Hence, the judges in the Corby case were able to make rulings on the admission of evidence that probably could not have occurred in an Australian court. They were empowered to decide which witnesses would be called, and could even call for outside testimony that had not been requested by either side.
There is little doubt that the Indonesian judiciary has an image problem: it was rated the most corrupt of 12 Asian countries in a survey of expatriate businessmen released by the Hong Kong-based Political and Economic Risk Consultancy just as the trial was concluding.
But most Indonesian corruption occurs in commercial rather than criminal cases, and has more to do with the business mentality of gaining an advantage in markets or contracts than any widespread effort to influence judgments.
Yet, even with the different judicial approach, it is unlikely the outcome would have been fundamentally different if the trial had been held in Australia.
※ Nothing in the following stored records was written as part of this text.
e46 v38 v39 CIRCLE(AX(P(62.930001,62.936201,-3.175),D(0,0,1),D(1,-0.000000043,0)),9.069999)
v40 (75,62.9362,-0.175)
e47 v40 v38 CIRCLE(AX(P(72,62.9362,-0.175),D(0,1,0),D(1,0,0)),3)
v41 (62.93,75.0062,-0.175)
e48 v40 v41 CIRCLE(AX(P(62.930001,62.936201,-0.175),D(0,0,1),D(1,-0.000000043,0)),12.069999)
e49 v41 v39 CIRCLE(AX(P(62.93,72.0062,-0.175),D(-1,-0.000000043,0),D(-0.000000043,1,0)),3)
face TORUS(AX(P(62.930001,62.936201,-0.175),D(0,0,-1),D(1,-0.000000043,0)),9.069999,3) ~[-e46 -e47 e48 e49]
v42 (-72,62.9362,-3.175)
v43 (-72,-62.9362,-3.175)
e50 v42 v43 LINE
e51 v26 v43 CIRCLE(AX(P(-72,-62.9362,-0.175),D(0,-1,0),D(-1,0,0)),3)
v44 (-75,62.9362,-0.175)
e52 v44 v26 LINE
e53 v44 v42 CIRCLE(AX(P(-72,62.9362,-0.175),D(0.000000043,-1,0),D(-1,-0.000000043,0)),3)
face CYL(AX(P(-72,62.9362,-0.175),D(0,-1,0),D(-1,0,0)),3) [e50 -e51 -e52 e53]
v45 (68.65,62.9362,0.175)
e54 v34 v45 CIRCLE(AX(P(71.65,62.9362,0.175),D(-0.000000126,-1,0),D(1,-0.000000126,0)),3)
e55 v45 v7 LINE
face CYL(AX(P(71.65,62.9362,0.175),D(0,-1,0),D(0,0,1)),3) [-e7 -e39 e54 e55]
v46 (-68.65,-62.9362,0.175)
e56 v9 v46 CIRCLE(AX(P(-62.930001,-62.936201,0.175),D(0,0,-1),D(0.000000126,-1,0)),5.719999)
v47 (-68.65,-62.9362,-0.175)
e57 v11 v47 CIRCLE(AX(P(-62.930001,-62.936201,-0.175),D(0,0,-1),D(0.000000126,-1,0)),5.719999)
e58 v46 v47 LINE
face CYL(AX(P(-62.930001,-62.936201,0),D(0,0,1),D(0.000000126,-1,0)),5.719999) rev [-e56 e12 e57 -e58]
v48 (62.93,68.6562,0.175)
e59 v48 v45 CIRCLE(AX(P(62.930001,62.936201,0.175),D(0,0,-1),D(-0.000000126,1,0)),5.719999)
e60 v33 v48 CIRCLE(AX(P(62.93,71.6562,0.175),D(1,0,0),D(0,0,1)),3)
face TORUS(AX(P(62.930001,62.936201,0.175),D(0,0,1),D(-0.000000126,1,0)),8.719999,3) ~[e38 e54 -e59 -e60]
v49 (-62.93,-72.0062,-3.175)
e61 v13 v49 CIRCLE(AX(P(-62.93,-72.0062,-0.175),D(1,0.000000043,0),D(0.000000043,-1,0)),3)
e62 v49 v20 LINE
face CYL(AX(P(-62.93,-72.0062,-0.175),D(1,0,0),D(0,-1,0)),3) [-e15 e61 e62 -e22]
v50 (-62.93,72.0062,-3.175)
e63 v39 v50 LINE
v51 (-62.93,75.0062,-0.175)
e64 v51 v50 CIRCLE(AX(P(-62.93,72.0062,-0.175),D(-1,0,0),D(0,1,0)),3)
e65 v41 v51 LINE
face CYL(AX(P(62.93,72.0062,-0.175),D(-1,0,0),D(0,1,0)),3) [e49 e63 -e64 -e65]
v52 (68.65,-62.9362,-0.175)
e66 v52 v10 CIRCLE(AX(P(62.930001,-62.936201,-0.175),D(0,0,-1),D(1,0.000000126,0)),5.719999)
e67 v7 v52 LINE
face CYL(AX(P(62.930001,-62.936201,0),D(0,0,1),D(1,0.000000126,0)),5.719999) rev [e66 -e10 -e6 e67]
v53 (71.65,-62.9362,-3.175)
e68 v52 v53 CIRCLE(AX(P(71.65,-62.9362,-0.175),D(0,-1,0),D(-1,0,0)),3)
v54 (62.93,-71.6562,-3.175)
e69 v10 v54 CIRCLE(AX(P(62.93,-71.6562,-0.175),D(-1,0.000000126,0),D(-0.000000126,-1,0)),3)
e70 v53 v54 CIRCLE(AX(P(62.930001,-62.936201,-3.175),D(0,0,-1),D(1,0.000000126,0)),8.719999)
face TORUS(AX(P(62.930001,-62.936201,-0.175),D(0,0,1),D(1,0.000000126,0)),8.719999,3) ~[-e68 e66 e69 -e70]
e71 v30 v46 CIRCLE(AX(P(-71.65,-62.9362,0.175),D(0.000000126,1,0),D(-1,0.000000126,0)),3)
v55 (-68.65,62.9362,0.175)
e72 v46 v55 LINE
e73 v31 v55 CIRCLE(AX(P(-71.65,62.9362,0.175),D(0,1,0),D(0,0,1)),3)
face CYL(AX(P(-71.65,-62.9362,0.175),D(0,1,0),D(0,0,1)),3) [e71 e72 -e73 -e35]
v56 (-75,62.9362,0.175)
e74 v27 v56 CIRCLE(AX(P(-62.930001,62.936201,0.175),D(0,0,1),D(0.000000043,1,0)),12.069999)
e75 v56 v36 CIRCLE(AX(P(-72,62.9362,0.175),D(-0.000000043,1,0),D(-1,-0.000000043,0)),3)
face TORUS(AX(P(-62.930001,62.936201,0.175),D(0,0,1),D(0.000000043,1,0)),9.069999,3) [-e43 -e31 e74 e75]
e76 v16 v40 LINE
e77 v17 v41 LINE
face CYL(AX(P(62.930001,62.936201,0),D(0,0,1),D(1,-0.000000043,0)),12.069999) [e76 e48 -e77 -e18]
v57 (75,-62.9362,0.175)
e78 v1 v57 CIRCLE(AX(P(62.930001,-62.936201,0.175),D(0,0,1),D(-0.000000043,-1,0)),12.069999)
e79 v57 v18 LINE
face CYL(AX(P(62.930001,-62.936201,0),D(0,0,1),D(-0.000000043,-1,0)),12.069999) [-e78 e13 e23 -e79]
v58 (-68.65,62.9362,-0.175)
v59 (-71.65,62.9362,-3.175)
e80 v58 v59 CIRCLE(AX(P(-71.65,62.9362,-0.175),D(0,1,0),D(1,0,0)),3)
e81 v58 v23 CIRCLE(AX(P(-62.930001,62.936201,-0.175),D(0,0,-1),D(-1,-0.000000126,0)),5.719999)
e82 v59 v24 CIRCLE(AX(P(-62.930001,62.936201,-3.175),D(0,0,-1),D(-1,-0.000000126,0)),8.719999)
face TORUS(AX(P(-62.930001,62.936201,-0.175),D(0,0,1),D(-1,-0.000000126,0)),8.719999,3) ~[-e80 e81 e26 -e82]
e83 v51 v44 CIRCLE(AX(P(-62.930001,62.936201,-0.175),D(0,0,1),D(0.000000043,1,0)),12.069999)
The bag containing the marijuana might have been fingerprinted, but the result would hardly have been conclusive: any self-respecting smuggler knows the value of using gloves.
Criminal lawyers have said that no Australian court would have agreed to admit evidence on hearsay regarding the alleged airport baggage handlers syndicate. The chief defense witness was a convicted rapist who overheard a conversation between two fellow inmates while in a remand cell.
In any case, police have said the smuggling ring was dealing in heroin, not marijuana, which has long been considered too bulky to move in large shipments. (Heroin, which can easily be diluted, brings far greater rewards for a fraction of the quantity.)
As with any trial of this nature, Corby's prospects of avoiding a conviction rested on her ability to distance herself from the boogie board bag and its contents; she was unable to do so. The police account of her arrest even has Corby confessing at one point to having brought in the marijuana for her own use, though she later denied having made such an admission.
None of this is likely to assuage the outpouring of anger among her supporters as the judiciary meets again to consider Corby's appeal against her sentence, or weaken the resolve of the Indonesian police, who believe it was too lenient. If their appeal is successful, Corby could face a life term, or even be executed.
On the protest agenda are a national campaign to coincide with Corby's birthday next month and a more vigorous assault on business and tourism links, including a publicity blitz to encourage the 300,000 Australians who travel to Bali each year to stay home.
Bookings for Bali have already fallen by 20% since the trial build-up began, according to trade magazines. While many expect this to be only a temporary trend, the drawn-out nature of the appeals process means relations between the two countries will not settle down for months, possibly even years.
Ironically, the Australian government is currently providing funding for the retraining of Indonesian judges as part of a program of "democratizing" the judicial system that is intended to make it more accountable and independent, a process it is keen to see continued.
Canberra might also want to devote some resources to making its own countrymen more aware of the big archipelago that lies just to the north, before a catalogue of misconceptions and media intrigue becomes a real diplomatic albatross.
An opinion survey published by the respected Lowy Institute earlier this year found a level of alienation between Australians and Indonesians that is extraordinary for two neighbors with so many shared security and economic interests.
Asked to rate how they felt about various countries within Asia and in other regions, only 52% of respondents said they felt positive toward Indonesia, and 42% were negative. They ranked Indonesia just above a host of unstable Middle East nations, including Iraq and Iran, which suggests it may not be just one person who is on trial in this case.